Nonlinear resonant slow magnetohydrodynamic (MHD) waves are
studied in weakly dissipative isotropic plasmas for a cylindrical equilibrium model. The
equilibrium magnetic field lines are unidirectional and parallel with the z axis. The
nonlinear governing equations for resonant slow magnetoacoustic (SMA) waves are
derived. Using the method of matched asymptotic expansions inside and outside
the narrow dissipative layer, we generalize the connection formulae for the Eulerian
perturbation of the total pressure and for the normal component of the velocity.

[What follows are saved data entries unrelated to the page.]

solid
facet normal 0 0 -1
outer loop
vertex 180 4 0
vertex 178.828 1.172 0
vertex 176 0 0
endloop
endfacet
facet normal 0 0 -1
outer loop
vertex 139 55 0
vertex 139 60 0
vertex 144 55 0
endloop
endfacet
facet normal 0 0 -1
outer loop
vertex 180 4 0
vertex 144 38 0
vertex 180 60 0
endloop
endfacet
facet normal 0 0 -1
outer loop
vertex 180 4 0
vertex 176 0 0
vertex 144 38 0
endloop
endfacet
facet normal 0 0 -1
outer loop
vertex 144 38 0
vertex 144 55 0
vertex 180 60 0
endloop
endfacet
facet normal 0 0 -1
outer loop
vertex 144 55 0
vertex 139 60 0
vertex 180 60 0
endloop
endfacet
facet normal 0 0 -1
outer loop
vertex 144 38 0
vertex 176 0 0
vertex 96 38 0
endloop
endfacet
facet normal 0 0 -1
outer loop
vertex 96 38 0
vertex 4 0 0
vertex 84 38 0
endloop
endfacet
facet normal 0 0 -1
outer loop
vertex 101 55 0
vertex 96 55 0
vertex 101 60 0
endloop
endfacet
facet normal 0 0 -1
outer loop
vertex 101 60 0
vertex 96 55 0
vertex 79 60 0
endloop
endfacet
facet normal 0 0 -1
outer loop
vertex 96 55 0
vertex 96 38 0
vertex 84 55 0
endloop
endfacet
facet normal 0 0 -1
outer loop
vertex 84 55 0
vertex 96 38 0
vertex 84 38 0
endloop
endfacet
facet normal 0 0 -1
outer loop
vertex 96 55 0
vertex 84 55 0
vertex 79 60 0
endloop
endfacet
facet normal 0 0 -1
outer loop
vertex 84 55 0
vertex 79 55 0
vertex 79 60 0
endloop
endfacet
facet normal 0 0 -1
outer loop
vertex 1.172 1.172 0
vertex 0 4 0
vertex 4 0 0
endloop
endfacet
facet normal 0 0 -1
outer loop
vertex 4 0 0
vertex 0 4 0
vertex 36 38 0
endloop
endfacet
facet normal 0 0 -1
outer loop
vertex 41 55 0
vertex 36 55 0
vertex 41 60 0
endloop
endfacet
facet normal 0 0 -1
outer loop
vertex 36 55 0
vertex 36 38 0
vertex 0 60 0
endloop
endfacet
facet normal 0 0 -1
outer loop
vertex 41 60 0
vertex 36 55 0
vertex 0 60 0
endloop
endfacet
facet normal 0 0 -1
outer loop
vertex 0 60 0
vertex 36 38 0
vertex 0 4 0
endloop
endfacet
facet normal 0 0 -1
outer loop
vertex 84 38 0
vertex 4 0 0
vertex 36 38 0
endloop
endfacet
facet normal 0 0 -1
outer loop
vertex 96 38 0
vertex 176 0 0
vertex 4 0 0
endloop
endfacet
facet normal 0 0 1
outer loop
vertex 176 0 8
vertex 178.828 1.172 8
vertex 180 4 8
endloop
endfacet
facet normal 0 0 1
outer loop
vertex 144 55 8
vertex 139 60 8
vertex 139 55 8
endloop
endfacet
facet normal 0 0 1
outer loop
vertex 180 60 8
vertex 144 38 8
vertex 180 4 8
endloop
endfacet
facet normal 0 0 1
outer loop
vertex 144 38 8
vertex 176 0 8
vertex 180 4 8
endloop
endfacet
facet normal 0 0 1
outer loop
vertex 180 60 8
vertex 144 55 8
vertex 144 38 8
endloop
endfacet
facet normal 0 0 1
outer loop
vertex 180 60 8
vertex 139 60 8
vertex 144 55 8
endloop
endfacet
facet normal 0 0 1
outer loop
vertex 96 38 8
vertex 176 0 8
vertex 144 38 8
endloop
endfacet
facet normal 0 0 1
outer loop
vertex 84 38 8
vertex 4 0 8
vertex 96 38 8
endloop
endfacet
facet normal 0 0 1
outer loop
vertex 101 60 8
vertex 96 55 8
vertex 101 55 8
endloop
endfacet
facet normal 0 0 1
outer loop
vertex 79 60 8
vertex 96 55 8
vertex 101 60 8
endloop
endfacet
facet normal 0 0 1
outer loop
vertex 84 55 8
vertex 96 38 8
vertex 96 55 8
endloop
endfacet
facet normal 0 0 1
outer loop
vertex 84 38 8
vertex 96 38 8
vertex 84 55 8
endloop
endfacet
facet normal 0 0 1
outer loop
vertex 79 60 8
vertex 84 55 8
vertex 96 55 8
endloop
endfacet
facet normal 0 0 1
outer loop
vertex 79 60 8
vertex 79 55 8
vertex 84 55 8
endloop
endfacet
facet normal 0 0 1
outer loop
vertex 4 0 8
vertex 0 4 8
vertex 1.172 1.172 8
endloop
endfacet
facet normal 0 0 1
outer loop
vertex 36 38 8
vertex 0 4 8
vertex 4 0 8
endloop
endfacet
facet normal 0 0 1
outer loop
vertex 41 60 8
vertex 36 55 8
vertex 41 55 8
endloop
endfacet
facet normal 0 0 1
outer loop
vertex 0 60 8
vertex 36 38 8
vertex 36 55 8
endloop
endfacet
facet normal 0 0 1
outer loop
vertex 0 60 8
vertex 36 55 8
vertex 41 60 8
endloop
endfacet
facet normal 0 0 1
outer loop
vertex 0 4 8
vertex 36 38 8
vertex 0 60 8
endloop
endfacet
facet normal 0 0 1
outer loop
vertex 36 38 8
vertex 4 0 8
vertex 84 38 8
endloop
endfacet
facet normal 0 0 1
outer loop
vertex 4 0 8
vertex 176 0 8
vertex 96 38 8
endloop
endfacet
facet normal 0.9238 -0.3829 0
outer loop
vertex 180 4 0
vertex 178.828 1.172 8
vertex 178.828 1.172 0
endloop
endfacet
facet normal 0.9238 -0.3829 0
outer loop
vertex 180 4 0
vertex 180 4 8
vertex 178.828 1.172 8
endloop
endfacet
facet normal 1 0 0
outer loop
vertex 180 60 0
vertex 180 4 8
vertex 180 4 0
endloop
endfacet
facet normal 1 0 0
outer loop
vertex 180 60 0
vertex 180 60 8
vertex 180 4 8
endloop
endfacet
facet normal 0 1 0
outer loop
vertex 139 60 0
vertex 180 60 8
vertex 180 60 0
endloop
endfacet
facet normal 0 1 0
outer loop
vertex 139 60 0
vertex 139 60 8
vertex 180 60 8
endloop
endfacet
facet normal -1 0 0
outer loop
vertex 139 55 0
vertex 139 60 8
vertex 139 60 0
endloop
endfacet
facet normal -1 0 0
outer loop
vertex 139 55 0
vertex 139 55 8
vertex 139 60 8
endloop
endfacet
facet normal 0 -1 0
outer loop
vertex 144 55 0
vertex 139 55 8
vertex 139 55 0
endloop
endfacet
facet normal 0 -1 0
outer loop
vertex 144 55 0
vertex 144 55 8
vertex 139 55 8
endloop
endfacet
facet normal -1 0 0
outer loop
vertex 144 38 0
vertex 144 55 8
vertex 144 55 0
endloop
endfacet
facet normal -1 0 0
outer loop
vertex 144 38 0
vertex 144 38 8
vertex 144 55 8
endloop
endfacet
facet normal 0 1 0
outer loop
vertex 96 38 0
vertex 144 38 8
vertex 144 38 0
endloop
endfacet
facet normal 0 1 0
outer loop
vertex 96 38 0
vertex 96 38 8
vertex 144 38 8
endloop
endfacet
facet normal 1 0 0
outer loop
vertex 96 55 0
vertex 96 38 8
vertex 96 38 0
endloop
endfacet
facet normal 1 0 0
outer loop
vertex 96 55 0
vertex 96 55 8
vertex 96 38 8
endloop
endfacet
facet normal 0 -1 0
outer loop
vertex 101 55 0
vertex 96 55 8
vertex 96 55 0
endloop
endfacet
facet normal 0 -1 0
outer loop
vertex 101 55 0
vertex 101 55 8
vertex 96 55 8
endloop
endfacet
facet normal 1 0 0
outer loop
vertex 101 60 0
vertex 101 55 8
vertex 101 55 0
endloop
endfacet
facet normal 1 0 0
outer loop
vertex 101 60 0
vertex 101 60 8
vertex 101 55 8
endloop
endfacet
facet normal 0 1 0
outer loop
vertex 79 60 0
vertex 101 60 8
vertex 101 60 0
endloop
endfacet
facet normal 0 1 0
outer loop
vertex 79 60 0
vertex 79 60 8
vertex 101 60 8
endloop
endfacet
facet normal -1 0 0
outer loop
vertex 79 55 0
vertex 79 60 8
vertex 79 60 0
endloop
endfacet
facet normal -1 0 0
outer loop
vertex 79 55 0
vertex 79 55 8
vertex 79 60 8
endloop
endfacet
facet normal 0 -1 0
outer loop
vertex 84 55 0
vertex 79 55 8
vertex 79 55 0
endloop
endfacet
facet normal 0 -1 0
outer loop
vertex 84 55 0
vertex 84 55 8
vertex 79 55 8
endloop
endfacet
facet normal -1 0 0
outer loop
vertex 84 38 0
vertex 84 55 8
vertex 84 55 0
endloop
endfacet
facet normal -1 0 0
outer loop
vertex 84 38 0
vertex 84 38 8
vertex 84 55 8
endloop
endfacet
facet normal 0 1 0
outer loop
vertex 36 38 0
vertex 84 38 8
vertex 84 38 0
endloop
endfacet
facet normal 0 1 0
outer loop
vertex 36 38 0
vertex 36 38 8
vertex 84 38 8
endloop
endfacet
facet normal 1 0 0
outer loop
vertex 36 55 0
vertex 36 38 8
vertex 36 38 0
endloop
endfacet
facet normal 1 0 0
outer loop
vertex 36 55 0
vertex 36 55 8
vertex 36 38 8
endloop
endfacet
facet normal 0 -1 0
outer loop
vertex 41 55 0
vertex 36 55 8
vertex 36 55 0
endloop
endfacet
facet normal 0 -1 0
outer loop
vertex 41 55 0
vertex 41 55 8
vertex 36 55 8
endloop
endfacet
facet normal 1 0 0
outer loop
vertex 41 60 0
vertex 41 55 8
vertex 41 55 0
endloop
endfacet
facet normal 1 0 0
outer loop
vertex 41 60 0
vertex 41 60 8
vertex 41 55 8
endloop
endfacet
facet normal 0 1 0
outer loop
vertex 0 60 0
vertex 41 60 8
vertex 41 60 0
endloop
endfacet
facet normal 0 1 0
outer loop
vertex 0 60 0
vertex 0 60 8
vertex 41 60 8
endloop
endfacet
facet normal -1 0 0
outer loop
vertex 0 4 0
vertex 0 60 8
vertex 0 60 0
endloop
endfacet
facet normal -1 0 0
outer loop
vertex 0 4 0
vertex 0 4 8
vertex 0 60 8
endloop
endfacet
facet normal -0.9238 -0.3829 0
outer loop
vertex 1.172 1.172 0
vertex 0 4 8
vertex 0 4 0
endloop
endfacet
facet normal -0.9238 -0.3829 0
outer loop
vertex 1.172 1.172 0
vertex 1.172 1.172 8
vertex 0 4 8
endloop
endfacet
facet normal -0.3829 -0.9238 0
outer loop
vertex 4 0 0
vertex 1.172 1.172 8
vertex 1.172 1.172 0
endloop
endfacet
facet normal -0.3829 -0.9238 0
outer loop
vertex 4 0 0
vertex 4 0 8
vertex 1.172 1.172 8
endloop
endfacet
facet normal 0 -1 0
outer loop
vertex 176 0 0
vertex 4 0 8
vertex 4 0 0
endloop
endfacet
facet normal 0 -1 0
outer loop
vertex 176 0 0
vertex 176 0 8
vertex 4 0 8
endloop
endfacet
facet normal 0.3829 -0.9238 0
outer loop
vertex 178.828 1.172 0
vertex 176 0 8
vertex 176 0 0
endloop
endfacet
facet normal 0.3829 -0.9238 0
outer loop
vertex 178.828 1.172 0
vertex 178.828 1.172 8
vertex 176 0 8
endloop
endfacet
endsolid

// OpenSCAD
$fn = 32;

// ----------------------------------------------------------------------
// Oversize slot bar: 180 mm bar with 2 oversize windows
// ----------------------------------------------------------------------

// --- parameters (mm) ---
profile_height = 8;       // extrusion height
profile_points = 24;      // points of the closed outline

profile = [[0, 4], [1.172, 1.172], [4, 0], [176, 0], [178.828, 1.172], [180, 4], [180, 60], [139, 60], [139, 55], [144, 55], [144, 38], [96, 38], [96, 55], [101, 55], [101, 60], [79, 60], [79, 55], [84, 55], [84, 38], [36, 38], [36, 55], [41, 55], [41, 60], [0, 60]];  // single closed polygon, 24 points, counter clockwise

// --- the one profile operation ---
linear_extrude(height = profile_height) polygon(points = profile);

These nonlinear connection formulae in dissipative cylindrical MHD are an
important extention of the connection formulae obtained in linear ideal MHD [Sakurai
et al., Solar Phys. 133, 227 (1991)], linear dissipative MHD [Goossens et al., Solar
Phys. 175, 75 (1995); Erdélyi, Solar Phys. 171, 49 (1997)] and in nonlinear
dissipative MHD derived in slab geometry [Ruderman et al., Phys. Plasmas4, 75 (1997)].
These generalized connection formulae enable us to connect the solutions at both
sides of the dissipative layer without solving the MHD equations in the dissipative
layer. We also show that the nonlinear interaction of harmonics in the
dissipative layer is responsible for generating a parallel mean flow outside the dissipative
layer.